> [YOUR GOAL] Please return only the lines from the one holding "#36=CARTESIAN_POINT('',(279.4,0.,0.));" through the one holding "#63=PLANE('',#27);", exactly as they appear in the records below, both ends included.
** Opening SUPPLIED RECORDS block **
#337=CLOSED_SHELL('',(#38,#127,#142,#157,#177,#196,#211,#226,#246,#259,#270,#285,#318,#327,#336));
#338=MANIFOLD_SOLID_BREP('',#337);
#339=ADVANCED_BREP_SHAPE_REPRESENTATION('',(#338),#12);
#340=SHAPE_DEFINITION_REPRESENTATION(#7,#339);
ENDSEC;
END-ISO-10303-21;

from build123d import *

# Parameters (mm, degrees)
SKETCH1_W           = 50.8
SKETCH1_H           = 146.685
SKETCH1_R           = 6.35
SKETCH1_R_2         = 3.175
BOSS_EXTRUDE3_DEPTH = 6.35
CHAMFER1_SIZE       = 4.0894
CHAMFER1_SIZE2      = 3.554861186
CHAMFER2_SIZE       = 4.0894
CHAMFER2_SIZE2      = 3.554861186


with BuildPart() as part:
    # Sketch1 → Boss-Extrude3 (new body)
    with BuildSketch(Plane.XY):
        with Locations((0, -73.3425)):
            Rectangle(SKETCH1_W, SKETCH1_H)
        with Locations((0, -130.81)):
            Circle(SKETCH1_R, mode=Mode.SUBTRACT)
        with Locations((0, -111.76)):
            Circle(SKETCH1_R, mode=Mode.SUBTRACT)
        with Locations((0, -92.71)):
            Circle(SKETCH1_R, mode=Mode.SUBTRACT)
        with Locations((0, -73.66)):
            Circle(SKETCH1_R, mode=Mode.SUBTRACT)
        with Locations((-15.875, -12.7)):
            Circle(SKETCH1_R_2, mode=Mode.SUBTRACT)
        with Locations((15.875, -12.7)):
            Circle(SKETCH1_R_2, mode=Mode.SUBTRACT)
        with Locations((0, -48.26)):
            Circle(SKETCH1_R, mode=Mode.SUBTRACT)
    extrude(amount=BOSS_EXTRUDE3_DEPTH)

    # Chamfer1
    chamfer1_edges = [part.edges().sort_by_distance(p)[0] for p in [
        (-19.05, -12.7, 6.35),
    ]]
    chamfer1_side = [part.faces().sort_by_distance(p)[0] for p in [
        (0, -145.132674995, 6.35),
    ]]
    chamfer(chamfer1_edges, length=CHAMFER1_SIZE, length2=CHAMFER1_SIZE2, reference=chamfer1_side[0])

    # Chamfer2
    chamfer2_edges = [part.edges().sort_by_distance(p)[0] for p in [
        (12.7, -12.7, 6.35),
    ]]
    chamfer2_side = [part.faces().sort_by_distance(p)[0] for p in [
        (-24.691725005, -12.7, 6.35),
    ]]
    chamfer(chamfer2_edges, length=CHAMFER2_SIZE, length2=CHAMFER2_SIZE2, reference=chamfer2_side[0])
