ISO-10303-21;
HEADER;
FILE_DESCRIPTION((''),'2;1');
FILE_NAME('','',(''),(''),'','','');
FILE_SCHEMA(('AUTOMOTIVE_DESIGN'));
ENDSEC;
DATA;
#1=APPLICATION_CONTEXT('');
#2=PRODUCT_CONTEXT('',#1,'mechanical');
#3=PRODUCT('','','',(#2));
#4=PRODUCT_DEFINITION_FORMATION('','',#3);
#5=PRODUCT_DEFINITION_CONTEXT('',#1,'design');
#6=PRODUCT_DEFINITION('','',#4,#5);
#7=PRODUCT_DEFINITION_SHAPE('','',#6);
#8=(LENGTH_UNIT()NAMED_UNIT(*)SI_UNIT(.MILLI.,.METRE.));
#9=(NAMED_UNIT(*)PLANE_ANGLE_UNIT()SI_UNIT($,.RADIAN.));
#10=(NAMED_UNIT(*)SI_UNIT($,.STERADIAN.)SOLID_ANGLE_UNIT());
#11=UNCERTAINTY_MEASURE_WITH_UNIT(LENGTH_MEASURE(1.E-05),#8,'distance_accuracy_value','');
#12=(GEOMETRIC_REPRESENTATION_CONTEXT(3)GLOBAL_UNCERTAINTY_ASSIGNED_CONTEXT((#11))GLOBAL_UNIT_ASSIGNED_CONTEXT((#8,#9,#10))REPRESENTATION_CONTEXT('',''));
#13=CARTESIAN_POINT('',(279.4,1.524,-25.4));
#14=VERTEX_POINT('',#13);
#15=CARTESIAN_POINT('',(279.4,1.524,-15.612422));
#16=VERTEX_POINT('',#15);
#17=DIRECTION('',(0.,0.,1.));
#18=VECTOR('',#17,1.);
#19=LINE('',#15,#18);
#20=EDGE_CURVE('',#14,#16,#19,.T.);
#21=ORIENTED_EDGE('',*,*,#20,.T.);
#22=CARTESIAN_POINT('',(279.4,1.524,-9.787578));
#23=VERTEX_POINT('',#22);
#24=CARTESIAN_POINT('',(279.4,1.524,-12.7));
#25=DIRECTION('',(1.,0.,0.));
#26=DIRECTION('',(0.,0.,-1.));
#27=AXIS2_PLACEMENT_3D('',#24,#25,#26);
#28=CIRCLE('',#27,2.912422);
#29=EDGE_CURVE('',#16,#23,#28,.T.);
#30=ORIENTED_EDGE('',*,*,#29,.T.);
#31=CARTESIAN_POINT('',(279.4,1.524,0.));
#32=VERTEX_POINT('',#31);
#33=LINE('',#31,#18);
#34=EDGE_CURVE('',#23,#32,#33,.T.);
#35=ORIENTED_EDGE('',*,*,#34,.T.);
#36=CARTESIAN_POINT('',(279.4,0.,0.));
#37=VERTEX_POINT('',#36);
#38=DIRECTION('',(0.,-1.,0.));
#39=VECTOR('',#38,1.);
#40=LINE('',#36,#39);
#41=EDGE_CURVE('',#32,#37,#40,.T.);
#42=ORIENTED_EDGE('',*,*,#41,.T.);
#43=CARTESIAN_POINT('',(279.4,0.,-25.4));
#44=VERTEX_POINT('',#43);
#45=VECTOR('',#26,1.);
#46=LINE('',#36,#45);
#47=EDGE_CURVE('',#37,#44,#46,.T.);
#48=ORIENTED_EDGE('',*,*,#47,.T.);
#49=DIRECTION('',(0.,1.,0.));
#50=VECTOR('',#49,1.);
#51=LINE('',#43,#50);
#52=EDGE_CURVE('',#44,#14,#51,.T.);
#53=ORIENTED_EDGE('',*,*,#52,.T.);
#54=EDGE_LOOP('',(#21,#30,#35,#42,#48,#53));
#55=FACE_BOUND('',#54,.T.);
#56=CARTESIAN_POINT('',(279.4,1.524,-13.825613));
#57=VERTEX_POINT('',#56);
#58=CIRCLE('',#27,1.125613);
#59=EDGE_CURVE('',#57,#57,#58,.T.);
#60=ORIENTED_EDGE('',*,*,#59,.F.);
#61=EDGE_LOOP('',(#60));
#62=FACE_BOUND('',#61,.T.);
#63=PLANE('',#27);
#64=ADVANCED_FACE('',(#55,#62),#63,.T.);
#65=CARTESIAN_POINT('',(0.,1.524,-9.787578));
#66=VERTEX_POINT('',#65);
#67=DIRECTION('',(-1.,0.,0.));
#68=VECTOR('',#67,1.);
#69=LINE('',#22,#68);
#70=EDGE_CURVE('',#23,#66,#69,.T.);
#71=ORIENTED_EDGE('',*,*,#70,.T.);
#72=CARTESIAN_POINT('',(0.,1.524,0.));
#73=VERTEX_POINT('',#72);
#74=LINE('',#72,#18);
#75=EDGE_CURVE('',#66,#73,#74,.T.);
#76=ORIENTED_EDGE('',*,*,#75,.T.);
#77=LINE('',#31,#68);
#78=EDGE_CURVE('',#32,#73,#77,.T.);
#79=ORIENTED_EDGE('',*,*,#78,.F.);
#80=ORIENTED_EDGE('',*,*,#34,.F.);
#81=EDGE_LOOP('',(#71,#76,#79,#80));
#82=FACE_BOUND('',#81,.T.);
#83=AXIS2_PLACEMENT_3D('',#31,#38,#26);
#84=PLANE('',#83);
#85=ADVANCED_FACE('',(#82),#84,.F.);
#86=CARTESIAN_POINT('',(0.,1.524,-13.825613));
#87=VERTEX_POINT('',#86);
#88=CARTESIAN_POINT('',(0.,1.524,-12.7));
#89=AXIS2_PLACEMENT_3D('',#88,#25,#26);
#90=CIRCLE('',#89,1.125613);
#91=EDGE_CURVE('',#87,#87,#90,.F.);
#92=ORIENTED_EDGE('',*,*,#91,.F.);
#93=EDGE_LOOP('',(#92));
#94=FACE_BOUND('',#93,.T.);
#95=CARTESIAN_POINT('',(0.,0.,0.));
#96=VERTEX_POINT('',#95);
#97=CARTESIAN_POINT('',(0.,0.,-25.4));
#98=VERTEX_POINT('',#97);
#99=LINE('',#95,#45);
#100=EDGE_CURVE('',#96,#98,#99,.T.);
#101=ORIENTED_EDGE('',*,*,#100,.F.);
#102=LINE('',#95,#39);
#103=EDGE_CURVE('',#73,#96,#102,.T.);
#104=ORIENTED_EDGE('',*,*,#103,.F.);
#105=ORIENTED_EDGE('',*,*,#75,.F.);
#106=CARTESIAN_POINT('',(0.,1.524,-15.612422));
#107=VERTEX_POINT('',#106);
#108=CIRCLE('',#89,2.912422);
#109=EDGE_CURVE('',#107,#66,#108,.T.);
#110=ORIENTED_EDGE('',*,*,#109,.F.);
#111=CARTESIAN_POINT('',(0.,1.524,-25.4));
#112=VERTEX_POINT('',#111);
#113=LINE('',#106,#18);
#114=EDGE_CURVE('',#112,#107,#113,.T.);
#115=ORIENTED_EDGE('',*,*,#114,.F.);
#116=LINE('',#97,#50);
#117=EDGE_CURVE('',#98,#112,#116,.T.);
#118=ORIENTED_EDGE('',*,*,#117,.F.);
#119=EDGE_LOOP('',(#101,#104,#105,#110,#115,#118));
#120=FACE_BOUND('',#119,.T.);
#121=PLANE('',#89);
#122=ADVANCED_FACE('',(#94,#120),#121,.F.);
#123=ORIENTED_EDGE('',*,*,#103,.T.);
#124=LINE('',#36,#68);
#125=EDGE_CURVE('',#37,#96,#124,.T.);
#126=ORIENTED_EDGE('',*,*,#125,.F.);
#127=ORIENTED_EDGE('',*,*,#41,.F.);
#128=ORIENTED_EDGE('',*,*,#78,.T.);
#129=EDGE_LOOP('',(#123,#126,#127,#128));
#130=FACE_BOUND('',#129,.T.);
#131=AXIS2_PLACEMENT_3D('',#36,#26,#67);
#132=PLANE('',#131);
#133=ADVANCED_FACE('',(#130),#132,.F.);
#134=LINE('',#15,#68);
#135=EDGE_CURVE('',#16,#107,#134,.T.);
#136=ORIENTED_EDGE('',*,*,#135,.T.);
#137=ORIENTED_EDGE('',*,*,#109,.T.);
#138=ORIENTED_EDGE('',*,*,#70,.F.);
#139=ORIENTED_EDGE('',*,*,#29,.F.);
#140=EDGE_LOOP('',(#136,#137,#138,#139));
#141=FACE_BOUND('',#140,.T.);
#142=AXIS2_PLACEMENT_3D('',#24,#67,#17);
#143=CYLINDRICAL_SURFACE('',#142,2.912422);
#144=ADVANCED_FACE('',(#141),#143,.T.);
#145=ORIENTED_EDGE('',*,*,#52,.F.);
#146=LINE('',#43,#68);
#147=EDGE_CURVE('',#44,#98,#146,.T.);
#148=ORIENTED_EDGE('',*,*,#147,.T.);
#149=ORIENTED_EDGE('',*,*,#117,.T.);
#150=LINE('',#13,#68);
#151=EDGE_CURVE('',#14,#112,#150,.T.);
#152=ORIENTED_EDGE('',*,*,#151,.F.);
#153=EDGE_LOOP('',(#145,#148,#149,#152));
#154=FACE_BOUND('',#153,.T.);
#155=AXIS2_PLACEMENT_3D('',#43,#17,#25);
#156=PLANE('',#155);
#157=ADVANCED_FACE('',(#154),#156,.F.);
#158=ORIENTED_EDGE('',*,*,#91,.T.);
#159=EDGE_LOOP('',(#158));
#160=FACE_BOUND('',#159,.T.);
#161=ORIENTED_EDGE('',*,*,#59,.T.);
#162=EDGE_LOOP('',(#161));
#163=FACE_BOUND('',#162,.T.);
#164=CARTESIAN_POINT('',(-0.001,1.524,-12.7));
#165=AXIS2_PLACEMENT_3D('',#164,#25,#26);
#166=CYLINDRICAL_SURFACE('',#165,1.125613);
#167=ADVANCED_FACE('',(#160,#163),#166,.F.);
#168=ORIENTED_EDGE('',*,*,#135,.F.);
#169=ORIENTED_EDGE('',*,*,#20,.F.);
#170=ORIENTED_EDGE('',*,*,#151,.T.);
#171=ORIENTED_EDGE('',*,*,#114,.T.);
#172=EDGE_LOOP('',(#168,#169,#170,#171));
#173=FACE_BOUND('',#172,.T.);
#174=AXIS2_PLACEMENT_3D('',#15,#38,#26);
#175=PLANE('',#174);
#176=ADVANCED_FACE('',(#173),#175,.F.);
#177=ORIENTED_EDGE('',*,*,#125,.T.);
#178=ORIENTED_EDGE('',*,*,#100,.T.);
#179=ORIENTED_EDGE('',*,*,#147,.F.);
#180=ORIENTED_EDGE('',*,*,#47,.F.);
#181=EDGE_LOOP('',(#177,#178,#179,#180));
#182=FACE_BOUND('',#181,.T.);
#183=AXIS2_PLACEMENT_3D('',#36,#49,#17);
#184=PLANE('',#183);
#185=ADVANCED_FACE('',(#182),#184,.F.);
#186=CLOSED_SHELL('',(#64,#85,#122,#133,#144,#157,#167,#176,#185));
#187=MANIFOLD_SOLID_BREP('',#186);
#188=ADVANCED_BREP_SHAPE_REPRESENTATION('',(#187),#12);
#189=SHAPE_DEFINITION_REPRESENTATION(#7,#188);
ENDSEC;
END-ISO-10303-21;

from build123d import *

# Parameters (mm, degrees)
BOSS_EXTRUDE1_DEPTH = 279.4
CUT_EXTRUDE1_REACH  = 281.4
SKETCH2_R           = 1.125613493


with BuildPart() as part:
    # Sketch1 → Boss-Extrude1 (new body)
    with BuildSketch(Plane(origin=(0, 0, 0), x_dir=(0, 0, -1), z_dir=(1, 0, 0))):
        with BuildLine():
            Line((15.612422091, 1.524), (25.4, 1.524))
            Line((25.4, 1.524), (25.4, 0))
            Line((25.4, 0), (0, 0))
            Line((0, 0), (0, 1.524))
            Line((0, 1.524), (9.787577909, 1.524))
            ThreePointArc((9.787577909, 1.524), (12.7, 4.436422091), (15.612422091, 1.524))
        make_face()
    extrude(amount=BOSS_EXTRUDE1_DEPTH)

    # Sketch2 → Cut-Extrude1 (cut, up to next)
    with BuildSketch(Plane(origin=(279.4, 0, 0), x_dir=(0, 0, -1), z_dir=(1, 0, 0)), mode=Mode.PRIVATE) as cut_extrude1_sk1:
        with Locations((12.7, 1.524)):
            Circle(SKETCH2_R)
    cut_extrude1_tool1 = extrude(cut_extrude1_sk1.sketch, amount=-CUT_EXTRUDE1_REACH, mode=Mode.PRIVATE) & part.part
    add(cut_extrude1_tool1.solids().sort_by_distance((279.4, 1.524, -12.7))[0], mode=Mode.SUBTRACT)


solid = part.part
** Closing SUPPLIED RECORDS block **
> [EXERCISE SOLUTION]
#36=CARTESIAN_POINT('',(279.4,0.,0.));
#37=VERTEX_POINT('',#36);
#38=DIRECTION('',(0.,-1.,0.));
#39=VECTOR('',#38,1.);
#40=LINE('',#36,#39);
#41=EDGE_CURVE('',#32,#37,#40,.T.);
#42=ORIENTED_EDGE('',*,*,#41,.T.);
#43=CARTESIAN_POINT('',(279.4,0.,-25.4));
#44=VERTEX_POINT('',#43);
#45=VECTOR('',#26,1.);
#46=LINE('',#36,#45);
#47=EDGE_CURVE('',#37,#44,#46,.T.);
#48=ORIENTED_EDGE('',*,*,#47,.T.);
#49=DIRECTION('',(0.,1.,0.));
#50=VECTOR('',#49,1.);
#51=LINE('',#43,#50);
#52=EDGE_CURVE('',#44,#14,#51,.T.);
#53=ORIENTED_EDGE('',*,*,#52,.T.);
#54=EDGE_LOOP('',(#21,#30,#35,#42,#48,#53));
#55=FACE_BOUND('',#54,.T.);
#56=CARTESIAN_POINT('',(279.4,1.524,-13.825613));
#57=VERTEX_POINT('',#56);
#58=CIRCLE('',#27,1.125613);
#59=EDGE_CURVE('',#57,#57,#58,.T.);
#60=ORIENTED_EDGE('',*,*,#59,.F.);
#61=EDGE_LOOP('',(#60));
#62=FACE_BOUND('',#61,.T.);
#63=PLANE('',#27);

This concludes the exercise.